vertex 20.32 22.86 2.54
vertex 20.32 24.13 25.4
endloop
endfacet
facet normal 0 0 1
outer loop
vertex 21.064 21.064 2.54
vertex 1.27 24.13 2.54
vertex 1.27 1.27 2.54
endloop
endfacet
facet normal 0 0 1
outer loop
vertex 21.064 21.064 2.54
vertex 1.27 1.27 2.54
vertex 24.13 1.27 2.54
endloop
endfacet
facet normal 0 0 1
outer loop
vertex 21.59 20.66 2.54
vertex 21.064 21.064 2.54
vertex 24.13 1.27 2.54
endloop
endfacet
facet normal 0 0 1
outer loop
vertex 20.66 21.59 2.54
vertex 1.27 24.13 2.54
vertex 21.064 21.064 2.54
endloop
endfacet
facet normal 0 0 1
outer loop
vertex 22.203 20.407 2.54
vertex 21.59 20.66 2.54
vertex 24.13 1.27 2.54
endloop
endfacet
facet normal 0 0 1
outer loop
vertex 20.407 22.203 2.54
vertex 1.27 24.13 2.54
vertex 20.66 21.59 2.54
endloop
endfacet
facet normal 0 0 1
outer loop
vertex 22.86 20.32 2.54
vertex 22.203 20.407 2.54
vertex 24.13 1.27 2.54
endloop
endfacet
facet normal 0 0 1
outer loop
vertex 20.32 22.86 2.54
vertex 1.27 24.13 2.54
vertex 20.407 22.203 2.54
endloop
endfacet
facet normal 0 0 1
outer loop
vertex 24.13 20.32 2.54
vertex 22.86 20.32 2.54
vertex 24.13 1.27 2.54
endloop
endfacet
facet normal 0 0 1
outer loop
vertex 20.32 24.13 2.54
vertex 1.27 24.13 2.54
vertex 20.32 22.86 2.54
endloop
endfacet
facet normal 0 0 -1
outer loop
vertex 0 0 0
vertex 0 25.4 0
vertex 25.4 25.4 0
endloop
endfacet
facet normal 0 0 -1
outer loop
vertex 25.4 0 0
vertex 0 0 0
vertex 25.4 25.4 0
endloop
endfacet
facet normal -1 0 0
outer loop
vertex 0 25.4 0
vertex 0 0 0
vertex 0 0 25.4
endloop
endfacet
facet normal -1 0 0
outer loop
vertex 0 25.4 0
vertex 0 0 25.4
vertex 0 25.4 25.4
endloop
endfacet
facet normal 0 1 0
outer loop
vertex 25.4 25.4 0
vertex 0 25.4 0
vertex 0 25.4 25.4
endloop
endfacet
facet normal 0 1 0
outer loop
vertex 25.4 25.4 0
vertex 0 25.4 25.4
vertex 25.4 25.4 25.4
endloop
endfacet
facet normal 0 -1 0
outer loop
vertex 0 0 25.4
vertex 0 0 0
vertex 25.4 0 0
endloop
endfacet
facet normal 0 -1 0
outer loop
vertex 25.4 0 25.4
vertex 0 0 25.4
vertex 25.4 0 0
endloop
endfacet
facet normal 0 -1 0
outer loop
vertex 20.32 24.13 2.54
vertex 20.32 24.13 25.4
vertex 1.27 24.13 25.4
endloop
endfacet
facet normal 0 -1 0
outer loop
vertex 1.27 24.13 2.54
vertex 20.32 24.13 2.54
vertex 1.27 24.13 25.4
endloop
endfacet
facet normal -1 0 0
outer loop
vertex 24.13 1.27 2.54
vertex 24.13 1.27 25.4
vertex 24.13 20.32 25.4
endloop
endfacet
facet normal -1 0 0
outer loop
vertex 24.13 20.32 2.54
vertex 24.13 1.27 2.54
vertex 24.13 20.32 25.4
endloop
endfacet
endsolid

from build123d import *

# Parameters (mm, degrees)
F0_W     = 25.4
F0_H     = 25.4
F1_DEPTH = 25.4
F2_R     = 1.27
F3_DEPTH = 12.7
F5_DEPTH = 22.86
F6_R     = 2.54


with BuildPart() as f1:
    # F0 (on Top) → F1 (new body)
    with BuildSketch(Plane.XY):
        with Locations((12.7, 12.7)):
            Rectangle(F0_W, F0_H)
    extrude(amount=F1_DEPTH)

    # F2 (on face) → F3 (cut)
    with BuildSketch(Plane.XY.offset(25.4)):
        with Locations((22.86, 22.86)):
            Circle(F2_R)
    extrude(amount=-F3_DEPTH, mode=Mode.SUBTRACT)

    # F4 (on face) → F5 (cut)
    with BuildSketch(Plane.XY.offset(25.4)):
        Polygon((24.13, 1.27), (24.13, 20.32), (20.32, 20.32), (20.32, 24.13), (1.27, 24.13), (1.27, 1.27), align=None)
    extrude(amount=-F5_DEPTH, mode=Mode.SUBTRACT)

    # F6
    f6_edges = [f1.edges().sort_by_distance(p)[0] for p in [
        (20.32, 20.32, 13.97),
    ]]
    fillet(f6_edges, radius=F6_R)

_YOUR OBJECTIVE_
Your answer should be the full set of records, printed exactly.

_TASK SOLUTION_
vertex 20.32 22.86 2.54
vertex 20.32 24.13 25.4
endloop
endfacet
facet normal 0 0 1
outer loop
vertex 21.064 21.064 2.54
vertex 1.27 24.13 2.54
vertex 1.27 1.27 2.54
endloop
endfacet
facet normal 0 0 1
outer loop
vertex 21.064 21.064 2.54
vertex 1.27 1.27 2.54
vertex 24.13 1.27 2.54
endloop
endfacet
facet normal 0 0 1
outer loop
vertex 21.59 20.66 2.54
vertex 21.064 21.064 2.54
vertex 24.13 1.27 2.54
endloop
endfacet
facet normal 0 0 1
outer loop
vertex 20.66 21.59 2.54
vertex 1.27 24.13 2.54
vertex 21.064 21.064 2.54
endloop
endfacet
facet normal 0 0 1
outer loop
vertex 22.203 20.407 2.54
vertex 21.59 20.66 2.54
vertex 24.13 1.27 2.54
endloop
endfacet
facet normal 0 0 1
outer loop
vertex 20.407 22.203 2.54
vertex 1.27 24.13 2.54
vertex 20.66 21.59 2.54
endloop
endfacet
facet normal 0 0 1
outer loop
vertex 22.86 20.32 2.54
vertex 22.203 20.407 2.54
vertex 24.13 1.27 2.54
endloop
endfacet
facet normal 0 0 1
outer loop
vertex 20.32 22.86 2.54
vertex 1.27 24.13 2.54
vertex 20.407 22.203 2.54
endloop
endfacet
facet normal 0 0 1
outer loop
vertex 24.13 20.32 2.54
vertex 22.86 20.32 2.54
vertex 24.13 1.27 2.54
endloop
endfacet
facet normal 0 0 1
outer loop
vertex 20.32 24.13 2.54
vertex 1.27 24.13 2.54
vertex 20.32 22.86 2.54
endloop
endfacet
facet normal 0 0 -1
outer loop
vertex 0 0 0
vertex 0 25.4 0
vertex 25.4 25.4 0
endloop
endfacet
facet normal 0 0 -1
outer loop
vertex 25.4 0 0
vertex 0 0 0
vertex 25.4 25.4 0
endloop
endfacet
facet normal -1 0 0
outer loop
vertex 0 25.4 0
vertex 0 0 0
vertex 0 0 25.4
endloop
endfacet
facet normal -1 0 0
outer loop
vertex 0 25.4 0
vertex 0 0 25.4
vertex 0 25.4 25.4
endloop
endfacet
facet normal 0 1 0
outer loop
vertex 25.4 25.4 0
vertex 0 25.4 0
vertex 0 25.4 25.4
endloop
endfacet
facet normal 0 1 0
outer loop
vertex 25.4 25.4 0
vertex 0 25.4 25.4
vertex 25.4 25.4 25.4
endloop
endfacet
facet normal 0 -1 0
outer loop
vertex 0 0 25.4
vertex 0 0 0
vertex 25.4 0 0
endloop
endfacet
facet normal 0 -1 0
outer loop
vertex 25.4 0 25.4
vertex 0 0 25.4
vertex 25.4 0 0
endloop
endfacet
facet normal 0 -1 0
outer loop
vertex 20.32 24.13 2.54
vertex 20.32 24.13 25.4
vertex 1.27 24.13 25.4
endloop
endfacet
facet normal 0 -1 0
outer loop
vertex 1.27 24.13 2.54
vertex 20.32 24.13 2.54
vertex 1.27 24.13 25.4
endloop
endfacet
facet normal -1 0 0
outer loop
vertex 24.13 1.27 2.54
vertex 24.13 1.27 25.4
vertex 24.13 20.32 25.4
endloop
endfacet
facet normal -1 0 0
outer loop
vertex 24.13 20.32 2.54
vertex 24.13 1.27 2.54
vertex 24.13 20.32 25.4
endloop
endfacet
endsolid

from build123d import *

# Parameters (mm, degrees)
F0_W     = 25.4
F0_H     = 25.4
F1_DEPTH = 25.4
F2_R     = 1.27
F3_DEPTH = 12.7
F5_DEPTH = 22.86
F6_R     = 2.54


with BuildPart() as f1:
    # F0 (on Top) → F1 (new body)
    with BuildSketch(Plane.XY):
        with Locations((12.7, 12.7)):
            Rectangle(F0_W, F0_H)
    extrude(amount=F1_DEPTH)

    # F2 (on face) → F3 (cut)
    with BuildSketch(Plane.XY.offset(25.4)):
        with Locations((22.86, 22.86)):
            Circle(F2_R)
    extrude(amount=-F3_DEPTH, mode=Mode.SUBTRACT)

    # F4 (on face) → F5 (cut)
    with BuildSketch(Plane.XY.offset(25.4)):
        Polygon((24.13, 1.27), (24.13, 20.32), (20.32, 20.32), (20.32, 24.13), (1.27, 24.13), (1.27, 1.27), align=None)
    extrude(amount=-F5_DEPTH, mode=Mode.SUBTRACT)

    # F6
    f6_edges = [f1.edges().sort_by_distance(p)[0] for p in [
        (20.32, 20.32, 13.97),
    ]]
    fillet(f6_edges, radius=F6_R)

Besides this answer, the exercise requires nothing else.